BEGIN THE RECORDS
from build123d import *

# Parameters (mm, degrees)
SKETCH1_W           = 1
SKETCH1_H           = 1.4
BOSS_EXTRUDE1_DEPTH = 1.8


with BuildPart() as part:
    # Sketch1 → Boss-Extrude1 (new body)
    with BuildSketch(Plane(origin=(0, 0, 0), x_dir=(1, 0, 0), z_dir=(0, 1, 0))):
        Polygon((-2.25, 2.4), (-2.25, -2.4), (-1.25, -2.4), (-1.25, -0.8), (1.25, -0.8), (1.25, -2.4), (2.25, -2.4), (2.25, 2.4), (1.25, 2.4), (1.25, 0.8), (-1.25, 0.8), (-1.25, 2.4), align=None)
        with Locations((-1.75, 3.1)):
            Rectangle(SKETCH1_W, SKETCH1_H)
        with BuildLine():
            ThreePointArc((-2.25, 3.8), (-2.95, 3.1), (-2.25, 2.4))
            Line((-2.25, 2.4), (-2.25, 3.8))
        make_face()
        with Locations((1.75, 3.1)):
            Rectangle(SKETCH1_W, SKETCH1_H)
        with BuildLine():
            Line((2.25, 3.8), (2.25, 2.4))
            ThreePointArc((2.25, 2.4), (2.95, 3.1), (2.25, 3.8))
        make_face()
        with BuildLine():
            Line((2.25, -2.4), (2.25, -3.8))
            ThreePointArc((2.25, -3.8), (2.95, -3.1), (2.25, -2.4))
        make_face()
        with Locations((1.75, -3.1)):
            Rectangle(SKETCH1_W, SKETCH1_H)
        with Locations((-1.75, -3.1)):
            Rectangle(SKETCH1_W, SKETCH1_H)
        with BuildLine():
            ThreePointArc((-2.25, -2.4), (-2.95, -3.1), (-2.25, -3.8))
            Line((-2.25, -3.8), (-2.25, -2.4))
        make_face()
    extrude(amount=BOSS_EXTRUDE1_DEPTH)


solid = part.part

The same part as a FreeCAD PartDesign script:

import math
import FreeCAD as App
import Part
import Sketcher
from FreeCAD import Vector
Q = App.Units.Quantity

doc = App.newDocument("Part")
body = doc.addObject("PartDesign::Body", "Body")

sketch1 = body.newObject("Sketcher::SketchObject", "Sketch")
sketch1.AttachmentSupport = (doc.getObject("XZ_Plane"), [""])
sketch1.MapMode = "FlatFace"
sketch1.addGeometry(Part.LineSegment(Vector(-1.2, 0.8, 0), Vector(1.2, 0.8, 0)), False)
sketch1.addGeometry(Part.LineSegment(Vector(1.2, 0.8, 0), Vector(1.2, 3.8, 0)), False)
sketch1.addGeometry(Part.LineSegment(Vector(1.2, 3.8, 0), Vector(2.2, 3.8, 0)), False)
sketch1.addGeometry(Part.ArcOfCircle(Part.Circle(Vector(2.2, 3.1, 0), Vector(0, 0, 1), 0.7), math.radians(-90), math.radians(90)), False)
sketch1.addGeometry(Part.LineSegment(Vector(2.2, 2.4, 0), Vector(2.2, -2.4, 0)), False)
sketch1.addGeometry(Part.ArcOfCircle(Part.Circle(Vector(2.2, -3.1, 0), Vector(0, 0, 1), 0.7), math.radians(-90), math.radians(90)), False)
sketch1.addGeometry(Part.LineSegment(Vector(2.2, -3.8, 0), Vector(1.2, -3.8, 0)), False)
sketch1.addGeometry(Part.LineSegment(Vector(1.2, -3.8, 0), Vector(1.2, -0.8, 0)), False)
sketch1.addGeometry(Part.LineSegment(Vector(1.2, -0.8, 0), Vector(-1.2, -0.8, 0)), False)
sketch1.addGeometry(Part.LineSegment(Vector(-1.2, -0.8, 0), Vector(-1.2, -3.8, 0)), False)
sketch1.addGeometry(Part.LineSegment(Vector(-1.2, -3.8, 0), Vector(-2.2, -3.8, 0)), False)
sketch1.addGeometry(Part.ArcOfCircle(Part.Circle(Vector(-2.2, -3.1, 0), Vector(0, 0, 1), 0.7), math.radians(90), math.radians(270)), False)
sketch1.addGeometry(Part.LineSegment(Vector(-2.2, -2.4, 0), Vector(-2.2, 2.4, 0)), False)
sketch1.addGeometry(Part.ArcOfCircle(Part.Circle(Vector(-2.2, 3.1, 0), Vector(0, 0, 1), 0.7), math.radians(90), math.radians(270)), False)
sketch1.addGeometry(Part.LineSegment(Vector(-2.2, 3.8, 0), Vector(-1.2, 3.8, 0)), False)
sketch1.addGeometry(Part.LineSegment(Vector(-1.2, 3.8, 0), Vector(-1.2, 0.8, 0)), False)
sketch1.addConstraint(Sketcher.Constraint("Coincident", 0, 2, 1, 1))
sketch1.addConstraint(Sketcher.Constraint("Coincident", 1, 2, 2, 1))
sketch1.addConstraint(Sketcher.Constraint("Tangent", 2, 2, 3, 2))
sketch1.addConstraint(Sketcher.Constraint("Coincident", 3, 1, 4, 1))
sketch1.addConstraint(Sketcher.Constraint("Coincident", 4, 2, 5, 2))
sketch1.addConstraint(Sketcher.Constraint("Tangent", 5, 1, 6, 1))
sketch1.addConstraint(Sketcher.Constraint("Coincident", 6, 2, 7, 1))
sketch1.addConstraint(Sketcher.Constraint("Coincident", 7, 2, 8, 1))
sketch1.addConstraint(Sketcher.Constraint("Coincident", 8, 2, 9, 1))
sketch1.addConstraint(Sketcher.Constraint("Coincident", 9, 2, 10, 1))
sketch1.addConstraint(Sketcher.Constraint("Tangent", 10, 2, 11, 2))
sketch1.addConstraint(Sketcher.Constraint("Coincident", 11, 1, 12, 1))
sketch1.addConstraint(Sketcher.Constraint("Coincident", 12, 2, 13, 2))
sketch1.addConstraint(Sketcher.Constraint("Tangent", 13, 1, 14, 1))
sketch1.addConstraint(Sketcher.Constraint("Coincident", 14, 2, 15, 1))
sketch1.addConstraint(Sketcher.Constraint("Coincident", 15, 2, 0, 1))
sketch1.addConstraint(Sketcher.Constraint("Horizontal", 0))
sketch1.addConstraint(Sketcher.Constraint("Vertical", 1))
sketch1.addConstraint(Sketcher.Constraint("Horizontal", 2))
sketch1.addConstraint(Sketcher.Constraint("Vertical", 4))
sketch1.addConstraint(Sketcher.Constraint("Horizontal", 6))
sketch1.addConstraint(Sketcher.Constraint("Vertical", 7))
sketch1.addConstraint(Sketcher.Constraint("Horizontal", 8))
sketch1.addConstraint(Sketcher.Constraint("Vertical", 9))
sketch1.addConstraint(Sketcher.Constraint("Horizontal", 10))
sketch1.addConstraint(Sketcher.Constraint("Vertical", 12))
sketch1.addConstraint(Sketcher.Constraint("Horizontal", 14))
sketch1.addConstraint(Sketcher.Constraint("Vertical", 15))
sketch1.addConstraint(Sketcher.Constraint("Equal", 3, 5))
sketch1.addConstraint(Sketcher.Constraint("Equal", 5, 11))
sketch1.addConstraint(Sketcher.Constraint("Equal", 11, 13))
sketch1.addConstraint(Sketcher.Constraint("Symmetric", 3, 3, 11, 3, -1, 1))
sketch1.addConstraint(Sketcher.Constraint("Symmetric", 5, 3, 13, 3, -1, 1))
sketch1.addConstraint(Sketcher.Constraint("Symmetric", 0, 2, 8, 2, -1, 1))
sketch1.addConstraint(Sketcher.Constraint("Symmetric", 5, 3, 11, 3, -2))
sketch1.addConstraint(Sketcher.Constraint("Vertical", 2, 2, 3, 1))
sketch1.addConstraint(Sketcher.Constraint("Vertical", 1, 2, 6, 2))
sketch1.addConstraint(Sketcher.Constraint("Vertical", 10, 2, 11, 1))
sketch1.addConstraint(Sketcher.Constraint("Vertical", 9, 2, 14, 2))
sketch1.addConstraint(Sketcher.Constraint("Radius", 3, Q("0.7 mm")))
sketch1.addConstraint(Sketcher.Constraint("DistanceX", 2, 1, 2, 2, Q("1 mm")))
sketch1.addConstraint(Sketcher.Constraint("DistanceY", 1, 1, 1, 2, Q("3 mm")))
sketch1.addConstraint(Sketcher.Constraint("DistanceX", 0, 1, 0, 2, Q("2.5 mm")))
sketch1.addConstraint(Sketcher.Constraint("DistanceY", 4, 2, 4, 1, Q("4.8 mm")))
pad1 = body.newObject("PartDesign::Pad", "Pad")
pad1.Profile = sketch1
pad1.Length = 1.8
pad1.Reversed = True

doc.recompute()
END THE RECORDS
◆ **WORK REQUIRED**
Precisely the lines between those holding "Line((2.25, 3.8), (2.25, 2.4))" and "Line((-2.25, -3.8), (-2.25, -2.4))", inclusive, are to be reproduced from the listing above, with nothing added.

◆ **SOLUTION**
            Line((2.25, 3.8), (2.25, 2.4))
            ThreePointArc((2.25, 2.4), (2.95, 3.1), (2.25, 3.8))
        make_face()
        with BuildLine():
            Line((2.25, -2.4), (2.25, -3.8))
            ThreePointArc((2.25, -3.8), (2.95, -3.1), (2.25, -2.4))
        make_face()
        with Locations((1.75, -3.1)):
            Rectangle(SKETCH1_W, SKETCH1_H)
        with Locations((-1.75, -3.1)):
            Rectangle(SKETCH1_W, SKETCH1_H)
        with BuildLine():
            ThreePointArc((-2.25, -2.4), (-2.95, -3.1), (-2.25, -3.8))
            Line((-2.25, -3.8), (-2.25, -2.4))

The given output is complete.